_Assignment_
In the entries that follow, the first line to write out is the one containing "e44 v36 v37 LINE", and the last is the one containing "e58 v38 v24 LINE". Reproduce that stretch exactly, with nothing before or after it.

[Task material Boundary: Start]

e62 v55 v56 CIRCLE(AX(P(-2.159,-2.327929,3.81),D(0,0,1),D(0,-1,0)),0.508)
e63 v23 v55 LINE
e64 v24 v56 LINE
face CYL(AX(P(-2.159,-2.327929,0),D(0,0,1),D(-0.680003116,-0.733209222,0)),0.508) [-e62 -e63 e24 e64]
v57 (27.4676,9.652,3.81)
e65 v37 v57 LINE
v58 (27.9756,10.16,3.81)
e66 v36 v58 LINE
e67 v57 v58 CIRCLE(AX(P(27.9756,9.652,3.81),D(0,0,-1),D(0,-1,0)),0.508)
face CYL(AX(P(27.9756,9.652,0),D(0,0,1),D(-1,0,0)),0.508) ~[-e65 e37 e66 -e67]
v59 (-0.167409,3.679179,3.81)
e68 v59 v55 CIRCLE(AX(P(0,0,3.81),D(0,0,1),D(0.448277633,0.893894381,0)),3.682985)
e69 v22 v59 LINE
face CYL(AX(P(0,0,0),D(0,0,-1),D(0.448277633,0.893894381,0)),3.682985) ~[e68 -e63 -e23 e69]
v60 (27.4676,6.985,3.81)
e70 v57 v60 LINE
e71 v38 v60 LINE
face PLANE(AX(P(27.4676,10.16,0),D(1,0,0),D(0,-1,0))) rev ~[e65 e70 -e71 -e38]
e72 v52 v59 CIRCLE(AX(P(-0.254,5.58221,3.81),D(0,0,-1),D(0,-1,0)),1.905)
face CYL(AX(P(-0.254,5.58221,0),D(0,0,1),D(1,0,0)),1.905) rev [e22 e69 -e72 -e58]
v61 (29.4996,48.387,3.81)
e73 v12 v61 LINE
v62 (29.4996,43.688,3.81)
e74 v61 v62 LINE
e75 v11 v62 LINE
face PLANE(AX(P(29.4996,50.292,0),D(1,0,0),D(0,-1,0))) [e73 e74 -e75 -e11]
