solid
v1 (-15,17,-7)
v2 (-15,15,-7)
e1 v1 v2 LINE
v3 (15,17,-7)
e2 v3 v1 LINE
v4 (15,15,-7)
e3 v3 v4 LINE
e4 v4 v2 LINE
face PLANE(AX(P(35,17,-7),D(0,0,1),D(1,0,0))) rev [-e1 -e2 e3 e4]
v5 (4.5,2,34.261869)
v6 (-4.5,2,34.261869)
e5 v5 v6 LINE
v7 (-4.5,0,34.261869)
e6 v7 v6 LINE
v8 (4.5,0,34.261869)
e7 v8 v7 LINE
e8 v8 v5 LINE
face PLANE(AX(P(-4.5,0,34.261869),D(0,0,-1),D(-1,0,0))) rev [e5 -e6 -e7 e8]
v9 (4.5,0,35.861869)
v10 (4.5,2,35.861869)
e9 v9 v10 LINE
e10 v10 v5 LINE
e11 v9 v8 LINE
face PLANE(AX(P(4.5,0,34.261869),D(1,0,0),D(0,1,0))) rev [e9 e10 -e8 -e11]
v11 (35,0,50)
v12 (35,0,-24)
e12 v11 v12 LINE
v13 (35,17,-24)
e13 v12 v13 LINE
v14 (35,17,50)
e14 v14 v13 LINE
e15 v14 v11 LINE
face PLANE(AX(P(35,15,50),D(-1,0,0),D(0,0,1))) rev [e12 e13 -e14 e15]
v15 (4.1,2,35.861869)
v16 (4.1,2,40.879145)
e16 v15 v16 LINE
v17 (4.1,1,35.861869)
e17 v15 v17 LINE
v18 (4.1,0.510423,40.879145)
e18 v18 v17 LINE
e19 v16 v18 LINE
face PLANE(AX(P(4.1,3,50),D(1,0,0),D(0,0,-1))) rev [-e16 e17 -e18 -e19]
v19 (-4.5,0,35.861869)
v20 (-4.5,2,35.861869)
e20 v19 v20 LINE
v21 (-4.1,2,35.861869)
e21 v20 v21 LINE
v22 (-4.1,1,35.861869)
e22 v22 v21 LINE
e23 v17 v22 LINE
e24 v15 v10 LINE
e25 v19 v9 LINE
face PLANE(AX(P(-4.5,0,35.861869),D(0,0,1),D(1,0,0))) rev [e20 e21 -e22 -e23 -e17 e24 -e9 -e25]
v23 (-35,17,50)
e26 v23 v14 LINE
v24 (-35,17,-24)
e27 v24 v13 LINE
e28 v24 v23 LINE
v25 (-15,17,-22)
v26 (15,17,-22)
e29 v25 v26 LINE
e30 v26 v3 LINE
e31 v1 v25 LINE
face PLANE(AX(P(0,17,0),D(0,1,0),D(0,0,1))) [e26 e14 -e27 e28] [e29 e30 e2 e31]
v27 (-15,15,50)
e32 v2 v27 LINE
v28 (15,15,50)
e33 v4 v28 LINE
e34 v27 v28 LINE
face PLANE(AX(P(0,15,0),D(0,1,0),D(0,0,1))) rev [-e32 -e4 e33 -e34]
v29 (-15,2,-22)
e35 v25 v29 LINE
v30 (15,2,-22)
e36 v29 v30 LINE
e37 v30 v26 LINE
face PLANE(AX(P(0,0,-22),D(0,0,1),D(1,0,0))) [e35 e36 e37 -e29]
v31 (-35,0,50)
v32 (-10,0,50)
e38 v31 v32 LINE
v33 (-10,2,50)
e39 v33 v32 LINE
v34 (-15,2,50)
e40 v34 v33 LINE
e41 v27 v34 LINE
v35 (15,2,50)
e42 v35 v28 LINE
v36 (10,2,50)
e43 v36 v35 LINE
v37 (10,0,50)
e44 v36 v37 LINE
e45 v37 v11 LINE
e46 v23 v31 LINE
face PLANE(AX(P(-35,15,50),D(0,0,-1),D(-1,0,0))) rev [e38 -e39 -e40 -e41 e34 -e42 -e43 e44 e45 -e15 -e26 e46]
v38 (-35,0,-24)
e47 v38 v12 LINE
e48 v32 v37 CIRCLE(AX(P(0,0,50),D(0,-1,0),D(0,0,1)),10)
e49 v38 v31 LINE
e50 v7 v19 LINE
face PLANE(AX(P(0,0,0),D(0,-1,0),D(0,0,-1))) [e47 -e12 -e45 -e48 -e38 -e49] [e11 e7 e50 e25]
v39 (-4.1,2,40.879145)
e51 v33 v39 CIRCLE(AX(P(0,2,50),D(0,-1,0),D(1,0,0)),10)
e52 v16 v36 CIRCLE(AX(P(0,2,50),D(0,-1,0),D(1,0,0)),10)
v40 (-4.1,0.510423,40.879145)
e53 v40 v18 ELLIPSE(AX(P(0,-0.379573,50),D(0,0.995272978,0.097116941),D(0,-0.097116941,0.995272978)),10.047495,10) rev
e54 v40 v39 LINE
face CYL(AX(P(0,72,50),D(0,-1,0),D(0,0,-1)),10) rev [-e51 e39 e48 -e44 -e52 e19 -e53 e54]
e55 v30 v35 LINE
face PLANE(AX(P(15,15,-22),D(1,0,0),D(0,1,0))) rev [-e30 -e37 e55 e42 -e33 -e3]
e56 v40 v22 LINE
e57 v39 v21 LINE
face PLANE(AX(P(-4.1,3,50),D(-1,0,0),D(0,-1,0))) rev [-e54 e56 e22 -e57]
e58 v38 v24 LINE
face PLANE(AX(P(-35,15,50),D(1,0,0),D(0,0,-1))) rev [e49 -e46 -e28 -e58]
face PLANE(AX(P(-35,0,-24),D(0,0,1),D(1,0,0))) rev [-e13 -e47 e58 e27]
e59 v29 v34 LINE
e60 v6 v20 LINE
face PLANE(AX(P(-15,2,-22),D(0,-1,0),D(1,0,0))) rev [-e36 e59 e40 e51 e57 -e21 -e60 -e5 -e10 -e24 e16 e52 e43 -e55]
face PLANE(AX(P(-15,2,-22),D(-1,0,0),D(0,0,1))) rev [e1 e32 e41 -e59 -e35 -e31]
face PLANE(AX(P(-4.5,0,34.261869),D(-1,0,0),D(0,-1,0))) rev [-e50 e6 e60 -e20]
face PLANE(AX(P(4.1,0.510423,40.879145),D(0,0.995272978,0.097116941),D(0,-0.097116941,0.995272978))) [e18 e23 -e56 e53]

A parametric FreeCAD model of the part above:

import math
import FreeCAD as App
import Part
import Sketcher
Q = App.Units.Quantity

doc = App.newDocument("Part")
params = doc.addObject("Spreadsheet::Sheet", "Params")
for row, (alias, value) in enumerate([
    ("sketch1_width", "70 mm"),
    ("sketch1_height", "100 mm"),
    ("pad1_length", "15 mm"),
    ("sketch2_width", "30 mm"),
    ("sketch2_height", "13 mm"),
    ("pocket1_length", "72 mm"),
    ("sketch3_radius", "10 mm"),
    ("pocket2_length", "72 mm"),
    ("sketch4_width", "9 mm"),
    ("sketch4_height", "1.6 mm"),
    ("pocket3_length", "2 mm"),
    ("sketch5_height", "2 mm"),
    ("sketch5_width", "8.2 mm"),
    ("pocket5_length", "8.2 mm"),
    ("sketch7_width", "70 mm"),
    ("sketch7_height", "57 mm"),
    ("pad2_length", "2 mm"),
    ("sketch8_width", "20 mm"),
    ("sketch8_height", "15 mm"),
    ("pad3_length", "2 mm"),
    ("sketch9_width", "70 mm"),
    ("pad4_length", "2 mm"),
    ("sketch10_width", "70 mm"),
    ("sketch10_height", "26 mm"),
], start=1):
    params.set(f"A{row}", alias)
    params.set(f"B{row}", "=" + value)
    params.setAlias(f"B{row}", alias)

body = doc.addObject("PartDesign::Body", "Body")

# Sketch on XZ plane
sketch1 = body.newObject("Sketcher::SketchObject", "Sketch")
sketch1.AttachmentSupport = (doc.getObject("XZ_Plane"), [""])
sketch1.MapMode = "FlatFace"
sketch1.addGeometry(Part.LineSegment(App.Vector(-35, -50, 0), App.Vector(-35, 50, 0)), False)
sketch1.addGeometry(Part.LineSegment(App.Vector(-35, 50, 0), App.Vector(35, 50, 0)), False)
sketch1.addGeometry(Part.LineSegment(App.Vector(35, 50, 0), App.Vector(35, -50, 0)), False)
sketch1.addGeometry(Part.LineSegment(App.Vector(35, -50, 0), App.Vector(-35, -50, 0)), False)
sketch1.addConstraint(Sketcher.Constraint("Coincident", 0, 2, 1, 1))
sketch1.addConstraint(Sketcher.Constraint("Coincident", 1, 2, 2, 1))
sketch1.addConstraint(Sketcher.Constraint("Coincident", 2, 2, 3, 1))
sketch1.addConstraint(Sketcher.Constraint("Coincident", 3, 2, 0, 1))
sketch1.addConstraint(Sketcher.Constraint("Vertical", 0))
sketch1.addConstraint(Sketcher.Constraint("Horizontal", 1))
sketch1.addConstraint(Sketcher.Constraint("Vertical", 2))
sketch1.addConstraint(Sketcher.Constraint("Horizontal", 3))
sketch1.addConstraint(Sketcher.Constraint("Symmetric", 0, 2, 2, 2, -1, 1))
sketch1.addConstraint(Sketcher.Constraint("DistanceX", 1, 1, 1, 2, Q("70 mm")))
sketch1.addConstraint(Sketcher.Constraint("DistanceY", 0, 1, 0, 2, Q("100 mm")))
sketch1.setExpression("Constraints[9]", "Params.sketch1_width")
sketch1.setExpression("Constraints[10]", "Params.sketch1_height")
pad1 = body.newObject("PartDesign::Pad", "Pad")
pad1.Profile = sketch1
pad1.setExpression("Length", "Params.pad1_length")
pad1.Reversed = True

[Task material Boundary: End]
[Task material Boundary: Start]

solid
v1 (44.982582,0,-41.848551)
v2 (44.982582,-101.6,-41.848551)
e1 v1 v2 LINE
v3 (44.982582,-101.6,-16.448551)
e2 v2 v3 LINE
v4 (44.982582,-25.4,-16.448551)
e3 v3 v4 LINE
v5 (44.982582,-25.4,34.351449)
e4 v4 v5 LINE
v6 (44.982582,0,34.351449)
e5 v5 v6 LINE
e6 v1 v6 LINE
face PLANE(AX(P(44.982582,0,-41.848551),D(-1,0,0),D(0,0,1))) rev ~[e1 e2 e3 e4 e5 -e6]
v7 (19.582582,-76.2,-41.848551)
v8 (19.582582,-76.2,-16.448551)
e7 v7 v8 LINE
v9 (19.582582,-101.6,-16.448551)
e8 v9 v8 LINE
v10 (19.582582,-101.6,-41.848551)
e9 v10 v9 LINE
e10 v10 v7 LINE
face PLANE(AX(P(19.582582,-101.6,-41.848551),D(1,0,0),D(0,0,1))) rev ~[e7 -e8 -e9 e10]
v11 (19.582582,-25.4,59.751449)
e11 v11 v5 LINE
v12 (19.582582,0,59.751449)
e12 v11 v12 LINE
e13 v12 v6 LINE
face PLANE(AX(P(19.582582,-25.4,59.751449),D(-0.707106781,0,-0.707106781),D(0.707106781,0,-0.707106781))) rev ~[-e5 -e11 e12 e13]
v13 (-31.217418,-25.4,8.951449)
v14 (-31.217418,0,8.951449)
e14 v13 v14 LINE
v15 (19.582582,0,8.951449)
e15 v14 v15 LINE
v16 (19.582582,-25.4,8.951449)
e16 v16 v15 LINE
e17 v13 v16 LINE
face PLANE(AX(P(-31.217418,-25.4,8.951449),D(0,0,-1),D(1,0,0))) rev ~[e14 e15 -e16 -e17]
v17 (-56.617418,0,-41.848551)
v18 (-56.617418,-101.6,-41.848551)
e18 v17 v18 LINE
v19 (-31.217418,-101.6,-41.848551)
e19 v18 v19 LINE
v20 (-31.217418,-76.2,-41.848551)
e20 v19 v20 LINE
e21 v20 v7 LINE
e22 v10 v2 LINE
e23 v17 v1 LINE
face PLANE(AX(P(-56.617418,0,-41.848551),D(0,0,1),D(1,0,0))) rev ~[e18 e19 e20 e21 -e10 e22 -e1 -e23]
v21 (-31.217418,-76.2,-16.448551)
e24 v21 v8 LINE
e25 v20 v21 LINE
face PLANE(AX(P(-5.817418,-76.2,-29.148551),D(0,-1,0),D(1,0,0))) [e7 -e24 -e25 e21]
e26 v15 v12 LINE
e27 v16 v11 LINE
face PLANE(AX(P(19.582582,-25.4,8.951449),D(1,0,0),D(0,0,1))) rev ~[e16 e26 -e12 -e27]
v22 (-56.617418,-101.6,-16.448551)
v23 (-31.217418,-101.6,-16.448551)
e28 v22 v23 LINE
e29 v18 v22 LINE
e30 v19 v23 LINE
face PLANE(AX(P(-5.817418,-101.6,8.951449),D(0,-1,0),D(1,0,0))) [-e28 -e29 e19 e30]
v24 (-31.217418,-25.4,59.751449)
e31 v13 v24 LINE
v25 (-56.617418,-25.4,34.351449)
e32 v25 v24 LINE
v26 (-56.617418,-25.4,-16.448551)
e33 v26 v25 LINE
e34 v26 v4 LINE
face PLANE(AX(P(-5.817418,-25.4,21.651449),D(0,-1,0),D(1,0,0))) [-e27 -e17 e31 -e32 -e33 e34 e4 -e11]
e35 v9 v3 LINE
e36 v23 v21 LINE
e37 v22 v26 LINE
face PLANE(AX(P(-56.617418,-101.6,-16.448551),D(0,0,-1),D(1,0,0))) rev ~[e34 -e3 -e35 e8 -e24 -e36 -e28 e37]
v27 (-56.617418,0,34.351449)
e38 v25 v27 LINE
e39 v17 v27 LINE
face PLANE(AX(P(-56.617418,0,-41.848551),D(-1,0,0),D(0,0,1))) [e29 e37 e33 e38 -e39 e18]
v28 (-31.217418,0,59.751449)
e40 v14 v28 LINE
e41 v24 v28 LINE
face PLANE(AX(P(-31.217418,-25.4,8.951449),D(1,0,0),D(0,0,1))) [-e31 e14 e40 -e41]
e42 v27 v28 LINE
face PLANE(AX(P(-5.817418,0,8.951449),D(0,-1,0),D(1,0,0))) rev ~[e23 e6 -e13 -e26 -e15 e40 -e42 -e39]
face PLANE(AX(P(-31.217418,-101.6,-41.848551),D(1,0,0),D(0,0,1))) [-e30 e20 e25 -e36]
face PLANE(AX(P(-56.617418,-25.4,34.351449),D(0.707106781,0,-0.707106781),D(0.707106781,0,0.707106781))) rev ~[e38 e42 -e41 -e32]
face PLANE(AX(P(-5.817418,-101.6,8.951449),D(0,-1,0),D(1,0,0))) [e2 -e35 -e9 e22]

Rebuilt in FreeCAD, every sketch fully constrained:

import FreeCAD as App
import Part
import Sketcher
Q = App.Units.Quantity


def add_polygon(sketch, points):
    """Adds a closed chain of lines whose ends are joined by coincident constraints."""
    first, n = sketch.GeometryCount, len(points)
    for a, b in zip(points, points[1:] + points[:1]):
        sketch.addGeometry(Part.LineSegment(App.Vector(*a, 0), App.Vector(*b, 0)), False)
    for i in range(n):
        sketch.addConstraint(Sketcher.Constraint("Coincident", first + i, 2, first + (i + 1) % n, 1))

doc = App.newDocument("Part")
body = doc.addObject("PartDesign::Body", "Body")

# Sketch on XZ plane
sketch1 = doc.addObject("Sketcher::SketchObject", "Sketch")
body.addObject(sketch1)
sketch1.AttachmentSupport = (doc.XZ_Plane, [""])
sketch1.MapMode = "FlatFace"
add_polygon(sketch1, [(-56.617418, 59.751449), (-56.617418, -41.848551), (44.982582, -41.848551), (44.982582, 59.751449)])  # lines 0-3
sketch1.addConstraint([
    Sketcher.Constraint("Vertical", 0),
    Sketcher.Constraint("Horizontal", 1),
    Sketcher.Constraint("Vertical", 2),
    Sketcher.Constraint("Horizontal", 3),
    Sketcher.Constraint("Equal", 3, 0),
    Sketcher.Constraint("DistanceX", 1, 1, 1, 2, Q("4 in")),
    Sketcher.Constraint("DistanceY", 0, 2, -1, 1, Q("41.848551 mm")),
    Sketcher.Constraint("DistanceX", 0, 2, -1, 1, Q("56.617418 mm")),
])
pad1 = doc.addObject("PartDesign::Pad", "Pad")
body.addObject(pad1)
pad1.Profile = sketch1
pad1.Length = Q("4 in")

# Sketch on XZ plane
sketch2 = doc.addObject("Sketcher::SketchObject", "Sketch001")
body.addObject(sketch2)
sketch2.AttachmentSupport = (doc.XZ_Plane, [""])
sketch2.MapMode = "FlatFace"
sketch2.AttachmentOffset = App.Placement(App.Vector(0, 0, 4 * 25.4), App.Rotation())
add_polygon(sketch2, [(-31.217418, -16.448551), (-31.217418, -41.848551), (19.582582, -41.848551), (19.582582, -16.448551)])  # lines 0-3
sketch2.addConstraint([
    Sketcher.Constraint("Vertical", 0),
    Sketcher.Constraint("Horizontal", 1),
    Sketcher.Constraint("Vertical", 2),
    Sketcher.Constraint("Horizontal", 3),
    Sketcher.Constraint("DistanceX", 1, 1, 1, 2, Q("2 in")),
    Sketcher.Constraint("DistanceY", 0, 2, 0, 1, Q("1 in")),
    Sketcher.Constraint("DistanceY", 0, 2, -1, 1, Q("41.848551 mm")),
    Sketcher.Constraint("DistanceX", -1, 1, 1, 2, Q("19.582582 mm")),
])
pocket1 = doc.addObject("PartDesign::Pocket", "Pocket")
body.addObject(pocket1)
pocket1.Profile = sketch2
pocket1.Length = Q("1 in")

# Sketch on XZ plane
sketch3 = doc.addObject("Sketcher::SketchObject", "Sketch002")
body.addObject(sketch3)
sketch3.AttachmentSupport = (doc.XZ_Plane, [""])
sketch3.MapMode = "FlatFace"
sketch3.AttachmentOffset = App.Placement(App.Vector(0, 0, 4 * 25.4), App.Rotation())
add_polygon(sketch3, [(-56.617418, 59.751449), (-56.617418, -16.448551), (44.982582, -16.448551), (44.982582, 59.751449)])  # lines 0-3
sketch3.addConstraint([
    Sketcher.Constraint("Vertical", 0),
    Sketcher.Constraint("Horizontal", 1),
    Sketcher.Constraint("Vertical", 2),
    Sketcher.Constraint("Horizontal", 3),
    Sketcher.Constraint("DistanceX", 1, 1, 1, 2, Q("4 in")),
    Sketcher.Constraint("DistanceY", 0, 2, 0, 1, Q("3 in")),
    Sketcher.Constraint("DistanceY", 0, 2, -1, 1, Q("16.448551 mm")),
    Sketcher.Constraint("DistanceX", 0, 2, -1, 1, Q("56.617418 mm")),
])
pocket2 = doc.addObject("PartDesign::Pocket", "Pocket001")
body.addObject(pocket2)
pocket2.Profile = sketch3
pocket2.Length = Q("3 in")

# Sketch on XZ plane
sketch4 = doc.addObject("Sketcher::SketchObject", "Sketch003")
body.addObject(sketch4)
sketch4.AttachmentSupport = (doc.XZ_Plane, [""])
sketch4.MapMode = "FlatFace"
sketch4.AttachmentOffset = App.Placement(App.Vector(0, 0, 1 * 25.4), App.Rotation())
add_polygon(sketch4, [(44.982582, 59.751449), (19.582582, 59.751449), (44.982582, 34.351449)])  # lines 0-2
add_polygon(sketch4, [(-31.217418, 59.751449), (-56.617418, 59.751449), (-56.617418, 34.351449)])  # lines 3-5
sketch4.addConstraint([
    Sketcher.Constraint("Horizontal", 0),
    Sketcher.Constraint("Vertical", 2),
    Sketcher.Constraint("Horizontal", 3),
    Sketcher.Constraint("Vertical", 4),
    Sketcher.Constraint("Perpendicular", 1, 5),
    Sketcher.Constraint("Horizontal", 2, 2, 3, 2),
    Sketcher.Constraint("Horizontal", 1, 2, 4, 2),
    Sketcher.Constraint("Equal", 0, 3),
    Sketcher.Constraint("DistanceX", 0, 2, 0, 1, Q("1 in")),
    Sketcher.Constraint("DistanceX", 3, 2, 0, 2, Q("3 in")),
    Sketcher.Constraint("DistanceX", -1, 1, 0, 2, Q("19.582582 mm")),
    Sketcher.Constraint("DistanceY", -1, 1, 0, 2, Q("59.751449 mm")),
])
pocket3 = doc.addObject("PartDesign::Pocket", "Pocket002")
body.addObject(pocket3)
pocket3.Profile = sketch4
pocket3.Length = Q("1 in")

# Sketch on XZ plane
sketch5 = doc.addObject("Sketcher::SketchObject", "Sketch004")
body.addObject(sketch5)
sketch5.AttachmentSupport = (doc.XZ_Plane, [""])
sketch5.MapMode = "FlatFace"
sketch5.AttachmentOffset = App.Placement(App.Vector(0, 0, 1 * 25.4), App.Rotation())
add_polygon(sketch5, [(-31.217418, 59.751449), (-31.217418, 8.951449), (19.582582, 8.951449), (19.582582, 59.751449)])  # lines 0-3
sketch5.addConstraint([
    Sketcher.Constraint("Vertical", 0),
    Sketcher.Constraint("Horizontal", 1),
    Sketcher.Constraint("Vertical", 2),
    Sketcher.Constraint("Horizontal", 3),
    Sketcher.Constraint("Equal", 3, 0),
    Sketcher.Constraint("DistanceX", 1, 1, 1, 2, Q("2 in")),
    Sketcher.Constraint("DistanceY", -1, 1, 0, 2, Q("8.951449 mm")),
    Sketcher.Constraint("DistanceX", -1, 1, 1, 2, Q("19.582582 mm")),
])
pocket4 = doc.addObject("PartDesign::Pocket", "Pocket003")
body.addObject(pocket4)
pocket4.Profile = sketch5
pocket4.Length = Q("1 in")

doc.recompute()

[Task material Boundary: End]

_Written solution_
e44 v36 v37 LINE
e45 v37 v11 LINE
e46 v23 v31 LINE
face PLANE(AX(P(-35,15,50),D(0,0,-1),D(-1,0,0))) rev [e38 -e39 -e40 -e41 e34 -e42 -e43 e44 e45 -e15 -e26 e46]
v38 (-35,0,-24)
e47 v38 v12 LINE
e48 v32 v37 CIRCLE(AX(P(0,0,50),D(0,-1,0),D(0,0,1)),10)
e49 v38 v31 LINE
e50 v7 v19 LINE
face PLANE(AX(P(0,0,0),D(0,-1,0),D(0,0,-1))) [e47 -e12 -e45 -e48 -e38 -e49] [e11 e7 e50 e25]
v39 (-4.1,2,40.879145)
e51 v33 v39 CIRCLE(AX(P(0,2,50),D(0,-1,0),D(1,0,0)),10)
e52 v16 v36 CIRCLE(AX(P(0,2,50),D(0,-1,0),D(1,0,0)),10)
v40 (-4.1,0.510423,40.879145)
e53 v40 v18 ELLIPSE(AX(P(0,-0.379573,50),D(0,0.995272978,0.097116941),D(0,-0.097116941,0.995272978)),10.047495,10) rev
e54 v40 v39 LINE
face CYL(AX(P(0,72,50),D(0,-1,0),D(0,0,-1)),10) rev [-e51 e39 e48 -e44 -e52 e19 -e53 e54]
e55 v30 v35 LINE
face PLANE(AX(P(15,15,-22),D(1,0,0),D(0,1,0))) rev [-e30 -e37 e55 e42 -e33 -e3]
e56 v40 v22 LINE
e57 v39 v21 LINE
face PLANE(AX(P(-4.1,3,50),D(-1,0,0),D(0,-1,0))) rev [-e54 e56 e22 -e57]
e58 v38 v24 LINE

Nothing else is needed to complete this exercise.